# TASK GOAL
Every line containing the string "moved" is to be copied from the records.

Stored data:
+++
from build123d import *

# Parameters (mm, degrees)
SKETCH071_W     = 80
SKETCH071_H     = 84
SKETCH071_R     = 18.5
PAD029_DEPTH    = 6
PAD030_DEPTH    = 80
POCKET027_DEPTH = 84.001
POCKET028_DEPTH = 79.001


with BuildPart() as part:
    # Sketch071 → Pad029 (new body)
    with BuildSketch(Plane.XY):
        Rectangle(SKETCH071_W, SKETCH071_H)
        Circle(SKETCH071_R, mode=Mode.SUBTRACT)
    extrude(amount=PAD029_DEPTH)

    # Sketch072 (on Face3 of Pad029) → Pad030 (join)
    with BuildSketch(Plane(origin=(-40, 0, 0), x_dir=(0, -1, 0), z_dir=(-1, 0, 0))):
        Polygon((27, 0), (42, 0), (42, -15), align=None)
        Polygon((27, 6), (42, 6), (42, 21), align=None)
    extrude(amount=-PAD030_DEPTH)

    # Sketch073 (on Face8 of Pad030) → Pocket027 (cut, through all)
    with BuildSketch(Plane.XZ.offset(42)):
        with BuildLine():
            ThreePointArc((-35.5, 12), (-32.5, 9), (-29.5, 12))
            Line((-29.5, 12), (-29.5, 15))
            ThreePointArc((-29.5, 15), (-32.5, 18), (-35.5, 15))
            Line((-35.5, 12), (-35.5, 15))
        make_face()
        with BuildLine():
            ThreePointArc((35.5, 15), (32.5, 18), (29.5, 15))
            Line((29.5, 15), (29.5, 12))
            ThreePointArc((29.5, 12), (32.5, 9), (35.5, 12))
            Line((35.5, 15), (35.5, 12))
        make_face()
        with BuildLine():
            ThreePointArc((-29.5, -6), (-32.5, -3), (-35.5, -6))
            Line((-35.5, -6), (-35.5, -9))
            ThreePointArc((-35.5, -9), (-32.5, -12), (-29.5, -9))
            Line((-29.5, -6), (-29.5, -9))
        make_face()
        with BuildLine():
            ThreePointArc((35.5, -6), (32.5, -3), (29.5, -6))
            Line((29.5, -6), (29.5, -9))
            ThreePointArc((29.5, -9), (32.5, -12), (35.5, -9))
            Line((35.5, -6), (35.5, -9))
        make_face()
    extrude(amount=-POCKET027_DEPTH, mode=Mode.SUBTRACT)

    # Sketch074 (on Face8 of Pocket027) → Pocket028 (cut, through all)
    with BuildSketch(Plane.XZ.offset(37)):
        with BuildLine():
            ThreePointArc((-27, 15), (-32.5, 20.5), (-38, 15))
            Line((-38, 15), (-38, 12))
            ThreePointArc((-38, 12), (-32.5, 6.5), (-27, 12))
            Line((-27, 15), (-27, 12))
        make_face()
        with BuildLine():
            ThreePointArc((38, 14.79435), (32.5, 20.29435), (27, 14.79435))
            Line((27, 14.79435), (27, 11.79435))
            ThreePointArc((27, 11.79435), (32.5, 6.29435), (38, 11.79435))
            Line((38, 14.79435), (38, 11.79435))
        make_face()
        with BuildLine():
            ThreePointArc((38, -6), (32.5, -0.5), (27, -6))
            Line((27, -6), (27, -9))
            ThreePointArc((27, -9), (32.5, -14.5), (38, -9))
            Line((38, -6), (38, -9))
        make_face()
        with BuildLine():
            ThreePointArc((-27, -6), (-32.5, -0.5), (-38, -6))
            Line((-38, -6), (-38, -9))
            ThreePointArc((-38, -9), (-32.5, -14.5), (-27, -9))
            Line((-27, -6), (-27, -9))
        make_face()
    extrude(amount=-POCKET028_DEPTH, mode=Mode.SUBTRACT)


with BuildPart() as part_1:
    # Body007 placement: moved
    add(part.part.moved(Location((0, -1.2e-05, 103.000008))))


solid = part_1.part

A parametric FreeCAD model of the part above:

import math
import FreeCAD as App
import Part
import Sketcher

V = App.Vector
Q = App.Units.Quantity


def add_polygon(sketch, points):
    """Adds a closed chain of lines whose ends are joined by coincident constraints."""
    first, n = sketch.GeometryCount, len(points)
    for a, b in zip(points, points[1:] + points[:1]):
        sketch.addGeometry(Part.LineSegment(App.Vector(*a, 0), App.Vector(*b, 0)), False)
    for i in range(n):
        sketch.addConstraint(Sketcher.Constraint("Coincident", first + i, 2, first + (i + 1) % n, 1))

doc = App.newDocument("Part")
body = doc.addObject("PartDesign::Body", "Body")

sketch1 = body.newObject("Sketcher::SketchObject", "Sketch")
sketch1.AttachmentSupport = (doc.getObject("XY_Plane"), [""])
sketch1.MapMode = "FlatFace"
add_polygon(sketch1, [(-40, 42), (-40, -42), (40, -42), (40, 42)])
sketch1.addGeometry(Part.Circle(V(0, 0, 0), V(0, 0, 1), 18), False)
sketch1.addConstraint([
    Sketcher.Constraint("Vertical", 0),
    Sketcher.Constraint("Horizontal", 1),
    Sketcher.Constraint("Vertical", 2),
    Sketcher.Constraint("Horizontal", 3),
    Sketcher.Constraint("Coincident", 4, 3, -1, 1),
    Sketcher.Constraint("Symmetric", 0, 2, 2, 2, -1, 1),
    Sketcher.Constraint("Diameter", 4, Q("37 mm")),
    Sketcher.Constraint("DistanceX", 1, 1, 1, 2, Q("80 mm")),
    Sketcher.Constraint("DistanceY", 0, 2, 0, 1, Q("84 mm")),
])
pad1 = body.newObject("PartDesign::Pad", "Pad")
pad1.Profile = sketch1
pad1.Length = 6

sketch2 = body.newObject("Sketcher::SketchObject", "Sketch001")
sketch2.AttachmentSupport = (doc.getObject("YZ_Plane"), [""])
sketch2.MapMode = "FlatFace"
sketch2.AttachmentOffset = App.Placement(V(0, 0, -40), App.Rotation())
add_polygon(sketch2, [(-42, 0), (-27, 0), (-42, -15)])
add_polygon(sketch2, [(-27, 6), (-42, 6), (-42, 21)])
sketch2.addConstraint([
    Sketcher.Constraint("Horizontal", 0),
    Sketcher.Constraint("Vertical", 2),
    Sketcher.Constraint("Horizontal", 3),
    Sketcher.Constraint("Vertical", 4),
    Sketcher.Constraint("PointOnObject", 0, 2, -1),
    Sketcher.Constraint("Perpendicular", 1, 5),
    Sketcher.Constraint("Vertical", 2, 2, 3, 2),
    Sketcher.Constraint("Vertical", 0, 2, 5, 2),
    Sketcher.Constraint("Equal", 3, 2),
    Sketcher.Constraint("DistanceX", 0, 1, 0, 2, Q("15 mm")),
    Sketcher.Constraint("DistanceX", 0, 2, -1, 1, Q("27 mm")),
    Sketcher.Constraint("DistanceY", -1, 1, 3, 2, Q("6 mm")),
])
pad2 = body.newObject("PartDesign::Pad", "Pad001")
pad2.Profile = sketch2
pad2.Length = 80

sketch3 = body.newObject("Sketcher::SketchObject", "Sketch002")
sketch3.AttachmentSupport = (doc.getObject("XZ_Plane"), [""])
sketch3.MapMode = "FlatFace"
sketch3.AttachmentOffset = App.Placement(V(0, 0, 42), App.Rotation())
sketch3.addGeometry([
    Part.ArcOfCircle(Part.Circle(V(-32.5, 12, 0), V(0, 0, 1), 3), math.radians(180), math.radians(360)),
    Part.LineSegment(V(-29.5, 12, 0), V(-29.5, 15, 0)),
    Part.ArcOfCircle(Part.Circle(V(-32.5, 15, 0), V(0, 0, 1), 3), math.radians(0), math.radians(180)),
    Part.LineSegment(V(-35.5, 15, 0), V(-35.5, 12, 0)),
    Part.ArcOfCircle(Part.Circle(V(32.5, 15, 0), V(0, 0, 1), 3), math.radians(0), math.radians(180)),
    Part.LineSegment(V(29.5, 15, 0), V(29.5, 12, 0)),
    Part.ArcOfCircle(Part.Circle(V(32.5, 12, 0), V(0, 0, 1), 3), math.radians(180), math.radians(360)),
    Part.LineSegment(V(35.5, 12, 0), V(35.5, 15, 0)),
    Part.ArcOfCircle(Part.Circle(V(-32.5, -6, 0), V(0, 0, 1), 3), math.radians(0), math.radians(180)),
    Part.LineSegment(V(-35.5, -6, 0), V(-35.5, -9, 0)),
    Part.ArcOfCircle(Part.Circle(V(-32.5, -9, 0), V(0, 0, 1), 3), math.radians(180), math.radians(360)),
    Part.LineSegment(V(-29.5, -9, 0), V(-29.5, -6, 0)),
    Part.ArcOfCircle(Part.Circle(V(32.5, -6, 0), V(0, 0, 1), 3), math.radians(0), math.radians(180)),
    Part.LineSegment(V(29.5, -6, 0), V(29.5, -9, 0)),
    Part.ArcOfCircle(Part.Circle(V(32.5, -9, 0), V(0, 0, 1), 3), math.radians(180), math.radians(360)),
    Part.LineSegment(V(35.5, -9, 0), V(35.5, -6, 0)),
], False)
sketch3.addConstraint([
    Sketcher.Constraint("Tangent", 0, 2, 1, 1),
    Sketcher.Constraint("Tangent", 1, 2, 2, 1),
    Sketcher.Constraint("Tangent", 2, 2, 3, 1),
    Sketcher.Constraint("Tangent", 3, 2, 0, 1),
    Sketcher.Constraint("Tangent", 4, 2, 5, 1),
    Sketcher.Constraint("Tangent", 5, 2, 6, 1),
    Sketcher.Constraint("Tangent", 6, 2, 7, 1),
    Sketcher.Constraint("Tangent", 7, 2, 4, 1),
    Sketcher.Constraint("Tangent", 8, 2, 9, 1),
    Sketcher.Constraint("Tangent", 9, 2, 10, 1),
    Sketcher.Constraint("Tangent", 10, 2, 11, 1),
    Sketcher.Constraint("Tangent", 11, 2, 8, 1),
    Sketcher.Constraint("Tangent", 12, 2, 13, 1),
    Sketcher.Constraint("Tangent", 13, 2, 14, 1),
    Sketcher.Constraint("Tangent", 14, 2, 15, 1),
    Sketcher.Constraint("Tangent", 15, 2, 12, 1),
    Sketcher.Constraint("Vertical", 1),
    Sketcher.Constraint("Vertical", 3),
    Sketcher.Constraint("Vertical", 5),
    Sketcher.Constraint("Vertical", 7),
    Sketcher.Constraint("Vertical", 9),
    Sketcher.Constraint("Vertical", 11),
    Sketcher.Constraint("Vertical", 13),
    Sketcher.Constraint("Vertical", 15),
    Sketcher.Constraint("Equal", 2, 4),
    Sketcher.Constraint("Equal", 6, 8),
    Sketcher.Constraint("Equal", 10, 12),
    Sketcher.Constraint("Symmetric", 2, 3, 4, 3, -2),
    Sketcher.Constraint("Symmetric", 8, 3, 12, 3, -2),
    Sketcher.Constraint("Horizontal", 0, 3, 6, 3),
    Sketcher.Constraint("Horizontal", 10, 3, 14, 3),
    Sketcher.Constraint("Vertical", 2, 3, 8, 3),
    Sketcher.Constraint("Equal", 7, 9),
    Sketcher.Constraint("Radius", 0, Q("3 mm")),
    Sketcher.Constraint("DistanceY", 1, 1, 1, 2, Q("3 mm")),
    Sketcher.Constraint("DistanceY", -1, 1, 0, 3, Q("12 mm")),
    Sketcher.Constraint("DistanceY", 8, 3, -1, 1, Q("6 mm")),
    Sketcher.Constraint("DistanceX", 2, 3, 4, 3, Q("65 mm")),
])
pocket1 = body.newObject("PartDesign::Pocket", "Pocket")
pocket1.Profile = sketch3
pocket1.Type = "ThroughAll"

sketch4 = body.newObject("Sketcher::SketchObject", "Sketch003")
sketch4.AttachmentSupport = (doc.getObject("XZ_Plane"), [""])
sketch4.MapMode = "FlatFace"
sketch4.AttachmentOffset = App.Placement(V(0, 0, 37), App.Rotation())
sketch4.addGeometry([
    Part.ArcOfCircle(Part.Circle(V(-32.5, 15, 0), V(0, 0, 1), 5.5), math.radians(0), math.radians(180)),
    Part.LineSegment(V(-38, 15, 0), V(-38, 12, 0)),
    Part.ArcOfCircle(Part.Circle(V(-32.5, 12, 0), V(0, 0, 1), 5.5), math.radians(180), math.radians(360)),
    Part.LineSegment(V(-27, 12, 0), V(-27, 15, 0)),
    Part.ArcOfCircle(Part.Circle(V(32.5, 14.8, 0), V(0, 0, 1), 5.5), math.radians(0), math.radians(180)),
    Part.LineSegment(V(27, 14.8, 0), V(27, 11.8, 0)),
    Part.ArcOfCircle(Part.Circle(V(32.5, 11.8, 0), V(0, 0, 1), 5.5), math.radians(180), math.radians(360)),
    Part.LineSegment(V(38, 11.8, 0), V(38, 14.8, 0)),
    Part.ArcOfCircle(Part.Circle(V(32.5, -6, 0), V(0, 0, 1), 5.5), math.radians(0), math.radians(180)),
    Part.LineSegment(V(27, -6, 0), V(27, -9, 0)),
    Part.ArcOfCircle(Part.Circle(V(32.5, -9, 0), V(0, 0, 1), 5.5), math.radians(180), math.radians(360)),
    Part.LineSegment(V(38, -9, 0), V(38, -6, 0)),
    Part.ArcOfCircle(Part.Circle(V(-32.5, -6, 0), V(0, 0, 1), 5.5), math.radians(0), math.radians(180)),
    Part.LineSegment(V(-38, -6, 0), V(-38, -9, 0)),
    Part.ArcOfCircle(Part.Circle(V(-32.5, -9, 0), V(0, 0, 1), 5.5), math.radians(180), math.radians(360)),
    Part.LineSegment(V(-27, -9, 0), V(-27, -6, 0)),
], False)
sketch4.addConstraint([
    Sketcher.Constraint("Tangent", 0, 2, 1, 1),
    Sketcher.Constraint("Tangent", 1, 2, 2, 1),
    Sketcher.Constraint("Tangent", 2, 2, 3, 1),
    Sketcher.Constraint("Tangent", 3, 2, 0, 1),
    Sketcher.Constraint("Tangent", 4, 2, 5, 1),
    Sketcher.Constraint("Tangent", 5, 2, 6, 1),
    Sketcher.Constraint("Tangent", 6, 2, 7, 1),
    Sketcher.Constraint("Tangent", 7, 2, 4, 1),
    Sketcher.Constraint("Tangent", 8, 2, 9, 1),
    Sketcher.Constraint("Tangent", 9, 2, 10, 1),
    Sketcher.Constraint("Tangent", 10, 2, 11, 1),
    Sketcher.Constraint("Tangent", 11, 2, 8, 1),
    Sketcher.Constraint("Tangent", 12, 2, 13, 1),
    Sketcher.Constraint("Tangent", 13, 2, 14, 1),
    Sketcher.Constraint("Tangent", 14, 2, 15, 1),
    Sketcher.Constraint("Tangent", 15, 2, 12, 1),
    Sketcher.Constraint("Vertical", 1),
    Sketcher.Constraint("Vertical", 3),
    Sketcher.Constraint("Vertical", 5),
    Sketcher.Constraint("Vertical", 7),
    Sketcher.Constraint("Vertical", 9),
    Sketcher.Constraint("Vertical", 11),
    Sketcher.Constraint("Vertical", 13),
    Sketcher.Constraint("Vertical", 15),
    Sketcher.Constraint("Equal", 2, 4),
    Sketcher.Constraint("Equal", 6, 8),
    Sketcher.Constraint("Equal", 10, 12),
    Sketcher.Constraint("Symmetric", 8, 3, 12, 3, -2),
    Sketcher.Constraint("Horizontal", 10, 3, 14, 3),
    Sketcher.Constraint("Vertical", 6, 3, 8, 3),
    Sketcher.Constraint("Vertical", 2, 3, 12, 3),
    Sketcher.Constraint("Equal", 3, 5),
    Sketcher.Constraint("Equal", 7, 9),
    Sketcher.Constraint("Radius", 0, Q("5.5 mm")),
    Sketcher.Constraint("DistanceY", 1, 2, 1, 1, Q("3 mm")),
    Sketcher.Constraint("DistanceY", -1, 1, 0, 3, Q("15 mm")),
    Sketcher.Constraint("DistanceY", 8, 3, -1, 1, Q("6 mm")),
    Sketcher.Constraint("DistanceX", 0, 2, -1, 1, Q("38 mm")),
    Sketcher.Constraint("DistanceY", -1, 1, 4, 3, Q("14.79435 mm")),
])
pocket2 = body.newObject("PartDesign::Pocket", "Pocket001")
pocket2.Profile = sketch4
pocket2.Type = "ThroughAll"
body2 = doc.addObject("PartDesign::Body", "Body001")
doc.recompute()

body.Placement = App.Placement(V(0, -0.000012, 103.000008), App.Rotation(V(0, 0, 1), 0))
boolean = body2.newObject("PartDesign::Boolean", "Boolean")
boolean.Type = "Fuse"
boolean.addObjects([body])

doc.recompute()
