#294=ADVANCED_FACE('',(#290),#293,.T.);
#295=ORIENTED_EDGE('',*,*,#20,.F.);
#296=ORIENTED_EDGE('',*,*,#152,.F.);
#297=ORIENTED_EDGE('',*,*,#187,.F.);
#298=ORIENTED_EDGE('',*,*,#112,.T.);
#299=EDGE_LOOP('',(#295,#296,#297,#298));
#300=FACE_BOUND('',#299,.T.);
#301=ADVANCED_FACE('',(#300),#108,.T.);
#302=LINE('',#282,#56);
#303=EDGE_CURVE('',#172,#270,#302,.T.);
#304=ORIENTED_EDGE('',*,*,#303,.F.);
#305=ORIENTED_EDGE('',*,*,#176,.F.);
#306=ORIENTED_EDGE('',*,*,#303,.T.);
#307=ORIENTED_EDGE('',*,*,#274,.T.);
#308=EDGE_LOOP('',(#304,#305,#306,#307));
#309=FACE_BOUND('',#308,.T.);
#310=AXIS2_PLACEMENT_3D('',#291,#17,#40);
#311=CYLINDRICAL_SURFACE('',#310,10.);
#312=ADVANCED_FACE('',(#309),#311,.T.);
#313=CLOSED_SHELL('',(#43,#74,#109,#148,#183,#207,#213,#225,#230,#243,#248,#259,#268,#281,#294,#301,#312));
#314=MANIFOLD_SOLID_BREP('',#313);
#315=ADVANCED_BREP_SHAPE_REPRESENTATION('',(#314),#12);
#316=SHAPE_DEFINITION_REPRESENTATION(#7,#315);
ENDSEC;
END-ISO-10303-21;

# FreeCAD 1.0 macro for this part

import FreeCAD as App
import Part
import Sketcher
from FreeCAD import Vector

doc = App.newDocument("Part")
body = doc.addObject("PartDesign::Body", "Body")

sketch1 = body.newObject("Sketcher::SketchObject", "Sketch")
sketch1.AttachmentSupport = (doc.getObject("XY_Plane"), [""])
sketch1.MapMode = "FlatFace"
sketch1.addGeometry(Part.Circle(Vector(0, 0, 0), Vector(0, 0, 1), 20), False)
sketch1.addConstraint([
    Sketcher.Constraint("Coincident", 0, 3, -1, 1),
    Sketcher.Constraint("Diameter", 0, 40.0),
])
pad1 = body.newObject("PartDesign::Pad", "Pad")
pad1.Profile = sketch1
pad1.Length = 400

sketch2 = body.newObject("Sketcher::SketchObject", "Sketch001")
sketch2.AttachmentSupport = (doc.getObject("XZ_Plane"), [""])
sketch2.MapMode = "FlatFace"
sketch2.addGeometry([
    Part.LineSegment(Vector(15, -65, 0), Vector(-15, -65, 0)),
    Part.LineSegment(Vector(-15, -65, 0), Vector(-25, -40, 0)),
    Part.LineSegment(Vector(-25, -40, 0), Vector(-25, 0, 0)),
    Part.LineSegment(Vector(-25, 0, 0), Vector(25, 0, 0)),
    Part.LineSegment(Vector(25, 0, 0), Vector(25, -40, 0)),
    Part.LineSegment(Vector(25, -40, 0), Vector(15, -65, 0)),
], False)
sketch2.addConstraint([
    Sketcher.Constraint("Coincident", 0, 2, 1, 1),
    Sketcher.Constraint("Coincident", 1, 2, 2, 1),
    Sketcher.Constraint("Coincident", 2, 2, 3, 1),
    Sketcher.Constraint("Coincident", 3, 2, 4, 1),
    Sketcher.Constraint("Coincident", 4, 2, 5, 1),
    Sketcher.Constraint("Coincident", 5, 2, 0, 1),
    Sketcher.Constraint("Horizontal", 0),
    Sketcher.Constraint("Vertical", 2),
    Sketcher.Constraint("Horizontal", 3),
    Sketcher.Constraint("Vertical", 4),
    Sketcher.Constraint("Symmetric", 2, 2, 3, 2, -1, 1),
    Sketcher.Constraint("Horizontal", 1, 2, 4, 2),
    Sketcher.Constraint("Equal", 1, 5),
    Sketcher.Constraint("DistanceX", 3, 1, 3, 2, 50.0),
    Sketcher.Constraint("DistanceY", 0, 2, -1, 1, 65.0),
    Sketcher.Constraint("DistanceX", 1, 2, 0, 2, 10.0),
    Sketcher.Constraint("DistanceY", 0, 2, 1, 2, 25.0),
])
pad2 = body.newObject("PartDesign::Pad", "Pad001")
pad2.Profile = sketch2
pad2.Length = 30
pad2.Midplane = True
+++
# EXERCISE OUTPUT
    # Body007 placement: moved
    add(part.part.moved(Location((0, -1.2e-05, 103.000008))))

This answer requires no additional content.